Data shown =
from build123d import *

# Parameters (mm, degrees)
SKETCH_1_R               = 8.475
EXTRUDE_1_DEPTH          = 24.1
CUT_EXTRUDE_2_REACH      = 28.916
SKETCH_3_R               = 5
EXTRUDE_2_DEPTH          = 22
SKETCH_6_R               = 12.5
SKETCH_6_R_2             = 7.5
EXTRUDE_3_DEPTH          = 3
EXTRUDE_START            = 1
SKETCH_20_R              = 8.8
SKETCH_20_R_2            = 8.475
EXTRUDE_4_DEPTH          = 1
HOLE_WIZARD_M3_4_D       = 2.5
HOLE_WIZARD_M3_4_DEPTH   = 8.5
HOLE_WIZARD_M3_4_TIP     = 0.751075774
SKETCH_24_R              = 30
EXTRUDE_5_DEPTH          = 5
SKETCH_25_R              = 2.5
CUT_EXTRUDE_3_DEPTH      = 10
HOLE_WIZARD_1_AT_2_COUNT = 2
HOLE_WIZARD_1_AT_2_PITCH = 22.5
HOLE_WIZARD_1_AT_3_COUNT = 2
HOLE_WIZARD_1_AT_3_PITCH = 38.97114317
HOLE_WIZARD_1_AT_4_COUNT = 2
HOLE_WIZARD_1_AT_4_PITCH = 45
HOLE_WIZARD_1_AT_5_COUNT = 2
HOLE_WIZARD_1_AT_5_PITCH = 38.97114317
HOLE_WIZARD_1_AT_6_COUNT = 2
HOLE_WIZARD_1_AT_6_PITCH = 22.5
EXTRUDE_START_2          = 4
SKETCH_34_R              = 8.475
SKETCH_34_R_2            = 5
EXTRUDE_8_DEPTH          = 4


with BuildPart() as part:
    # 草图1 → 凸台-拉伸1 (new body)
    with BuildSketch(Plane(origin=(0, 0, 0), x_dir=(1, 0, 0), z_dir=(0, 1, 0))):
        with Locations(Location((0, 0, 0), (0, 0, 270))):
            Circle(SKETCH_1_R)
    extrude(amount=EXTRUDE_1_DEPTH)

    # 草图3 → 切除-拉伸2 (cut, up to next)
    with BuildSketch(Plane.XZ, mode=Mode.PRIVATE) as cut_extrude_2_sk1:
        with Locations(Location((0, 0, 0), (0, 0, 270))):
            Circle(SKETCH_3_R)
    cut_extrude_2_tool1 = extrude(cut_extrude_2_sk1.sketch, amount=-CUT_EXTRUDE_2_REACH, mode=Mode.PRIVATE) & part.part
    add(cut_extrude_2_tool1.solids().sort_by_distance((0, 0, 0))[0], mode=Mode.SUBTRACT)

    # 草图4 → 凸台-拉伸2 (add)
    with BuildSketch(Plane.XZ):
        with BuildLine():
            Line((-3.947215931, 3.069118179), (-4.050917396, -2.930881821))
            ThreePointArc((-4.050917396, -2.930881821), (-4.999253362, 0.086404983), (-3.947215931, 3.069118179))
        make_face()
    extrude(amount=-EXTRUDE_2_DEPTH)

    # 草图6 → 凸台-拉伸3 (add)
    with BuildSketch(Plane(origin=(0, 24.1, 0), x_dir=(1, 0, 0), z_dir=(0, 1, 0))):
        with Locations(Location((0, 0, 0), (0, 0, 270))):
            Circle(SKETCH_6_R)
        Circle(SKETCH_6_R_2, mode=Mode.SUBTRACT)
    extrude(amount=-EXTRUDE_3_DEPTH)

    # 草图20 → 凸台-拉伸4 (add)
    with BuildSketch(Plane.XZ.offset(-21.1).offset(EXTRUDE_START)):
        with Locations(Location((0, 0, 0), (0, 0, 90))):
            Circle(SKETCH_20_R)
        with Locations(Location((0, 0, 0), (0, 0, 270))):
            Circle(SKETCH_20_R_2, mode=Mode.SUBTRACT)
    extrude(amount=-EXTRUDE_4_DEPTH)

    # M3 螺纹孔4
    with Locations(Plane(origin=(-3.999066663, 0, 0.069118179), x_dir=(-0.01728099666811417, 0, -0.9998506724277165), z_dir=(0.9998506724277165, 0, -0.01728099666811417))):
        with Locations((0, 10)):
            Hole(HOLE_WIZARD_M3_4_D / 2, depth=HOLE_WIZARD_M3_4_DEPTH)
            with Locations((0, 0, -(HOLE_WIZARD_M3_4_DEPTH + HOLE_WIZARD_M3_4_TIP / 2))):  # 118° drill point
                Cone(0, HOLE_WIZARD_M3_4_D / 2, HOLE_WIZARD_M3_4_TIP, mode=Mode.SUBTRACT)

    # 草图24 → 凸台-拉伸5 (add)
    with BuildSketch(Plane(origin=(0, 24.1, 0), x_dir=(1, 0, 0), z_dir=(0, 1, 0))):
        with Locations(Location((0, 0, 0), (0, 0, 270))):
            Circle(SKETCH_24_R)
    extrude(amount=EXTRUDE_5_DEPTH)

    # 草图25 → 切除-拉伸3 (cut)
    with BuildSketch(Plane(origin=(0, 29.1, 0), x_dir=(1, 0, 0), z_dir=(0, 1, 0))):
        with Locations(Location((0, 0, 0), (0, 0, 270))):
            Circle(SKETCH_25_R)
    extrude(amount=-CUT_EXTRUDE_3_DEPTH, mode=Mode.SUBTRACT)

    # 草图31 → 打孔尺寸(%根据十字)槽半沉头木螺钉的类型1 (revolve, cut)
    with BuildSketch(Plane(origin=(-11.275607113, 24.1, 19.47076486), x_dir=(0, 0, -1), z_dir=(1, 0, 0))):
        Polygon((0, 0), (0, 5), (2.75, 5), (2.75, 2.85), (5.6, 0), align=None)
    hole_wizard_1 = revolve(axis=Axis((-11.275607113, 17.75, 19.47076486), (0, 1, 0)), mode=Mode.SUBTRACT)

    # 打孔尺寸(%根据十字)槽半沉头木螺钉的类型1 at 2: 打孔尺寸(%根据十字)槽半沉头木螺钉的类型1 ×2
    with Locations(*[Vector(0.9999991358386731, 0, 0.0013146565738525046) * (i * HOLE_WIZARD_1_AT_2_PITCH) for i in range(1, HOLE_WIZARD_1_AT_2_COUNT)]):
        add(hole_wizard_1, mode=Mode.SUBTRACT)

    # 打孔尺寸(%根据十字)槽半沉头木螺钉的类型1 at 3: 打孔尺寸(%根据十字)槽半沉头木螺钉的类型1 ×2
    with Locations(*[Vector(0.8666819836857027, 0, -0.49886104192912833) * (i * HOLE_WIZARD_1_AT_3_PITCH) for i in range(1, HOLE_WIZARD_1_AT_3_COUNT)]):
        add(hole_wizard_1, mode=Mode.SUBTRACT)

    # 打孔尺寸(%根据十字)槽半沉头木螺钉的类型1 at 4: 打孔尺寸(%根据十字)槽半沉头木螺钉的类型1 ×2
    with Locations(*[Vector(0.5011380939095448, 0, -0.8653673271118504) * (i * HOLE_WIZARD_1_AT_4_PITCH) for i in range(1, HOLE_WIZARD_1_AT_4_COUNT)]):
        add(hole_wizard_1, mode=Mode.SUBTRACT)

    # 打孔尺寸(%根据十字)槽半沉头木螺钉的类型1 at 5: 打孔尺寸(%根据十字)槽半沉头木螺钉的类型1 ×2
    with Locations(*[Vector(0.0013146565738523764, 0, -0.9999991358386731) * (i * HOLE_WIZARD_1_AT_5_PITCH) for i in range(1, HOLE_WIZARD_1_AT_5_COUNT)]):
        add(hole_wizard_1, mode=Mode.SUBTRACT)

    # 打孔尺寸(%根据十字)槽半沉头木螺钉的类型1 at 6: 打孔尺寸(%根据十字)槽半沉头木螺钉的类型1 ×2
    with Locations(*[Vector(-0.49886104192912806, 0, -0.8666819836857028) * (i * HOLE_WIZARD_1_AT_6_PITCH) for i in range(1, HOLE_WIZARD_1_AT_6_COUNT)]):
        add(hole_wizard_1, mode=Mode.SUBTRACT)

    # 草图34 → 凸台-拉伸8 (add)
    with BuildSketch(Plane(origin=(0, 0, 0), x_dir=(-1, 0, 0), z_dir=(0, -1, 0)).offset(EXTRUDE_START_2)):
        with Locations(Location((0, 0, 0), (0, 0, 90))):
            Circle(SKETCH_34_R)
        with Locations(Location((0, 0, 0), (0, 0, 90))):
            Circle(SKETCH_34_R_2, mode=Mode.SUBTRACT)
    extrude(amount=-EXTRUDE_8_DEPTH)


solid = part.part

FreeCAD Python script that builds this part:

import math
import FreeCAD as App
import Part
import Sketcher
Q = App.Units.Quantity


def add_polygon(sketch, points):
    """Adds a closed chain of lines whose ends are joined by coincident constraints."""
    first, n = sketch.GeometryCount, len(points)
    for a, b in zip(points, points[1:] + points[:1]):
        sketch.addGeometry(Part.LineSegment(App.Vector(*a, 0), App.Vector(*b, 0)), False)
    for i in range(n):
        sketch.addConstraint(Sketcher.Constraint("Coincident", first + i, 2, first + (i + 1) % n, 1))

doc = App.newDocument("Part")
body = doc.addObject("PartDesign::Body", "Body")

sketch1 = body.newObject("Sketcher::SketchObject", "Sketch")
sketch1.AttachmentSupport = (doc.getObject("XZ_Plane"), [""])
sketch1.MapMode = "FlatFace"
sketch1.addGeometry(Part.Circle(App.Vector(0, 0, 0), App.Vector(0, 0, 1), 8), False)
sketch1.addConstraint([
    Sketcher.Constraint("Coincident", 0, 3, -1, 1),
    Sketcher.Constraint("Diameter", 0, Q("16.95 mm")),
])
pad1 = body.newObject("PartDesign::Pad", "Pad")
pad1.Profile = sketch1
pad1.Length = 24.1
pad1.Reversed = True

sketch2 = body.newObject("Sketcher::SketchObject", "Sketch001")
sketch2.AttachmentSupport = (doc.getObject("XZ_Plane"), [""])
sketch2.MapMode = "FlatFace"
sketch2.addGeometry(Part.Circle(App.Vector(0, 0, 0), App.Vector(0, 0, 1), 5), False)
sketch2.addConstraint([
    Sketcher.Constraint("Coincident", 0, 3, -1, 1),
    Sketcher.Constraint("Diameter", 0, Q("10 mm")),
])
pocket1 = body.newObject("PartDesign::Pocket", "Pocket")
pocket1.Profile = sketch2
pocket1.Type = "UpToFirst"

sketch3 = body.newObject("Sketcher::SketchObject", "Sketch002")
sketch3.AttachmentSupport = (doc.getObject("XZ_Plane"), [""])
sketch3.MapMode = "FlatFace"
sketch3.addGeometry([
    Part.LineSegment(App.Vector(-4, -3, 0), App.Vector(-4, 3, 0)),
    Part.ArcOfCircle(Part.Circle(App.Vector(0, 0, 0), App.Vector(0, 0, 1), 5), math.radians(142), math.radians(216)),
], False)
sketch3.addConstraint([
    Sketcher.Constraint("Coincident", 0, 1, 1, 2),
    Sketcher.Constraint("Coincident", 1, 1, 0, 2),
    Sketcher.Constraint("Coincident", 1, 3, -1, 1),
    Sketcher.Constraint("Radius", 1, Q("5 mm")),
    Sketcher.Constraint("DistanceY", 0, 1, 1, 1, Q("6 mm")),
    Sketcher.Constraint("DistanceX", 0, 1, 1, 1, Q("0.103701 mm")),
])
pad2 = body.newObject("PartDesign::Pad", "Pad001")
pad2.Profile = sketch3
pad2.Length = 22
pad2.Reversed = True

sketch4 = body.newObject("Sketcher::SketchObject", "Sketch003")
sketch4.AttachmentSupport = (doc.getObject("XZ_Plane"), [""])
sketch4.MapMode = "FlatFace"
sketch4.AttachmentOffset = App.Placement(App.Vector(0, 0, -24.1), App.Rotation())
sketch4.addGeometry([
    Part.Circle(App.Vector(0, 0, 0), App.Vector(0, 0, 1), 12),
    Part.Circle(App.Vector(0, 0, 0), App.Vector(0, 0, 1), 8),
], False)
sketch4.addConstraint([
    Sketcher.Constraint("Coincident", 0, 3, -1, 1),
    Sketcher.Constraint("Coincident", 1, 3, -1, 1),
    Sketcher.Constraint("Diameter", 0, Q("25 mm")),
    Sketcher.Constraint("Diameter", 1, Q("15 mm")),
])
pad3 = body.newObject("PartDesign::Pad", "Pad002")
pad3.Profile = sketch4
pad3.Length = 3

Assignment = Every line above that holds the string "PRIVATE" should be returned.

Exercise response =
    with BuildSketch(Plane.XZ, mode=Mode.PRIVATE) as cut_extrude_2_sk1:
    cut_extrude_2_tool1 = extrude(cut_extrude_2_sk1.sketch, amount=-CUT_EXTRUDE_2_REACH, mode=Mode.PRIVATE) & part.part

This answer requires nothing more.